If actors_and_critics is None, this method creates new actor and critic networks. If actors_and_critics is provided, it assigns existing networks to the respective attributes.
- Parameters:
actors_and_critics (dict) – The actor and critic networks to be assigned.
- load_actor_params(directory: str) None#
Load the parameters of actor networks from a specified directory.
This method loads the parameters of actor networks, including the actor’s state_dict, actor_target’s state_dict, and the actor’s optimizer state_dict, from the specified directory. It iterates through the learning strategies associated with the learning role, loads the respective parameters, and updates the actor and target actor networks accordingly.
- Parameters:
directory (str) – The directory from which the parameters should be loaded.
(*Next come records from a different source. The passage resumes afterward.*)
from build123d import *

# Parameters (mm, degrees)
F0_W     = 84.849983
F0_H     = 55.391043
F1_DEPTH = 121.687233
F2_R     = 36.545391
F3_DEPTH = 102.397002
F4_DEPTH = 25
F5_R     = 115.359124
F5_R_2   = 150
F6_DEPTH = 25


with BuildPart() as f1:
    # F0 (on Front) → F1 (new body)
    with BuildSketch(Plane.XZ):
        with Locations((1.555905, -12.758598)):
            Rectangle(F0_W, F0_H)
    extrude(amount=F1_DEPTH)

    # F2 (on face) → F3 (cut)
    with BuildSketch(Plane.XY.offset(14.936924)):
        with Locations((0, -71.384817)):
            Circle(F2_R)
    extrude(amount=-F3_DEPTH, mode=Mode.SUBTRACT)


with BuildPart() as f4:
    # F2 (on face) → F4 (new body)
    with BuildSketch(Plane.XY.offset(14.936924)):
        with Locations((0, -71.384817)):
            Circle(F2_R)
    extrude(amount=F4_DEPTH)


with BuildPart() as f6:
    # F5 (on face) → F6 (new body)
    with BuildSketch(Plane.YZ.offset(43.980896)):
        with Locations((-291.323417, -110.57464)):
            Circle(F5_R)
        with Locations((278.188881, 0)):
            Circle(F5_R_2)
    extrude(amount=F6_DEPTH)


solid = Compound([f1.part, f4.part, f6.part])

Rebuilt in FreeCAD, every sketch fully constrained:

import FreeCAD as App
import Part
import Sketcher

V = App.Vector


def add_polygon(sketch, points):
    """Adds a closed chain of lines whose ends are joined by coincident constraints."""
    first, n = sketch.GeometryCount, len(points)
    for a, b in zip(points, points[1:] + points[:1]):
        sketch.addGeometry(Part.LineSegment(App.Vector(*a, 0), App.Vector(*b, 0)), False)
    for i in range(n):
        sketch.addConstraint(Sketcher.Constraint("Coincident", first + i, 2, first + (i + 1) % n, 1))

doc = App.newDocument("Part")
body = doc.addObject("PartDesign::Body", "Body")

sketch1 = body.newObject("Sketcher::SketchObject", "Sketch")
sketch1.AttachmentSupport = (doc.getObject("XZ_Plane"), [""])
sketch1.MapMode = "FlatFace"
add_polygon(sketch1, [(-41, 15), (-41, -40), (44, -40), (44, 15)])
sketch1.addConstraint([
    Sketcher.Constraint("Vertical", 0),
    Sketcher.Constraint("Horizontal", 1),
    Sketcher.Constraint("Vertical", 2),
    Sketcher.Constraint("Horizontal", 3),
    Sketcher.Constraint("DistanceX", 1, 1, 1, 2, 84.849983),
    Sketcher.Constraint("DistanceY", 0, 2, 0, 1, 55.391043),
    Sketcher.Constraint("DistanceY", 0, 2, -1, 1, 40.454119),
    Sketcher.Constraint("DistanceX", 0, 2, -1, 1, 40.869087),
])
pad1 = body.newObject("PartDesign::Pad", "Pad")
pad1.Profile = sketch1
pad1.Length = 121.687233

sketch2 = body.newObject("Sketcher::SketchObject", "Sketch001")
sketch2.AttachmentSupport = (doc.getObject("XY_Plane"), [""])
sketch2.MapMode = "FlatFace"
sketch2.AttachmentOffset = App.Placement(V(0, 0, 14.936924), App.Rotation())
sketch2.addGeometry(Part.Circle(V(0, -71, 0), V(0, 0, 1), 37), False)
sketch2.addConstraint([
    Sketcher.Constraint("PointOnObject", 0, 3, -2),
    Sketcher.Constraint("Diameter", 0, 73.090782),
    Sketcher.Constraint("DistanceY", 0, 3, -1, 1, 71.384817),
])
pocket1 = body.newObject("PartDesign::Pocket", "Pocket")
pocket1.Profile = sketch2
pocket1.Length = 102.397002
body2 = doc.addObject("PartDesign::Body", "Body001")

sketch3 = body2.newObject("Sketcher::SketchObject", "Sketch002")
sketch3.AttachmentSupport = (doc.getObject("XY_Plane001"), [""])
sketch3.MapMode = "FlatFace"
sketch3.AttachmentOffset = App.Placement(V(0, 0, 14.936924), App.Rotation())
sketch3.addGeometry(Part.Circle(V(0, -71, 0), V(0, 0, 1), 37), False)
sketch3.addConstraint([
    Sketcher.Constraint("PointOnObject", 0, 3, -2),
    Sketcher.Constraint("Diameter", 0, 73.090782),
    Sketcher.Constraint("DistanceY", 0, 3, -1, 1, 71.384817),
])
pad2 = body2.newObject("PartDesign::Pad", "Pad001")
pad2.Profile = sketch3
pad2.Length = 25
body3 = doc.addObject("PartDesign::Body", "Body002")
body3.AllowCompound = True

sketch4 = body3.newObject("Sketcher::SketchObject", "Sketch003")
sketch4.AttachmentSupport = (doc.getObject("YZ_Plane002"), [""])
sketch4.MapMode = "FlatFace"
sketch4.AttachmentOffset = App.Placement(V(0, 0, 43.980896), App.Rotation())
sketch4.addGeometry([
    Part.Circle(V(-291, -111, 0), V(0, 0, 1), 115),
    Part.Circle(V(278, 0, 0), V(0, 0, 1), 150),
], False)
sketch4.addConstraint([
    Sketcher.Constraint("PointOnObject", 1, 3, -1),
    Sketcher.Constraint("Diameter", 1, 300.0),
    Sketcher.Constraint("Diameter", 0, 230.718248),
    Sketcher.Constraint("DistanceX", 0, 3, 1, 3, 569.512298),
    Sketcher.Constraint("DistanceY", 0, 3, -1, 1, 110.57464),
    Sketcher.Constraint("DistanceX", -1, 1, 1, 3, 278.188881),
])
pad3 = body3.newObject("PartDesign::Pad", "Pad002")
pad3.Profile = sketch4
pad3.Length = 25

doc.recompute()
- load_critic_params(directory: str) None#
Load critic, target_critic, and optimizer states for each agent strategy. If agent count differs between saved and current model, performs weight transfer for both networks. :param directory: The directory from which the parameters should be loaded. :type directory: str
- load_params(directory: str) None#
Load the parameters of both actor and critic networks.
This method loads the parameters of both the actor and critic networks associated with the learning role from the specified directory. It uses the load_critic_params and load_actor_params methods to load the respective parameters.
- Parameters:
directory (str) – The directory from which the parameters should be loaded.
- save_actor_params(directory)#
Save the parameters of actor networks.
This method saves the parameters of the actor networks, including the actor’s state_dict, actor_target’s state_dict, and the actor’s optimizer state_dict. It organizes the saved parameters into a directory structure specific to the actor associated with each learning strategy.
- Parameters:
directory (str) – The base directory for saving the parameters.
- save_critic_params(directory)#
Save the parameters of critic networks.
This method saves the parameters of the critic networks, including the critic’s state_dict, critic_target’s state_dict, and the critic’s optimizer state_dict. It organizes the saved parameters into a directory structure specific to the critic associated with each learning strategy.
- Parameters:
directory (str) – The base directory for saving the parameters.
- save_params(directory)#
This method saves the parameters of both the actor and critic networks associated with the learning role. It organizes the saved parameters into separate directories for critics and actors within the specified base directory.
- Parameters:
directory (str) – The base directory for saving the parameters.
- update_policy()#
Update the policy of the reinforcement learning agent using the Twin Delayed Deep Deterministic Policy Gradients (TD3) algorithm.
Note
This function performs the policy update step, which involves updating the actor (policy) and critic (Q-function) networks using TD3 algorithm. It iterates over the specified number of gradient steps and performs the following steps for each learning strategy:
Sample a batch of transitions from the replay buffer.
Calculate the next actions with added noise using the actor target network.
Compute the target Q-values based on the next states, rewards, and the target critic network.
Compute the critic loss as the mean squared error between current Q-values and target Q-values.
Optimize the critic network by performing a gradient descent step.
Update the actor network if the specified policy delay is reached.
Apply Polyak averaging to update target networks.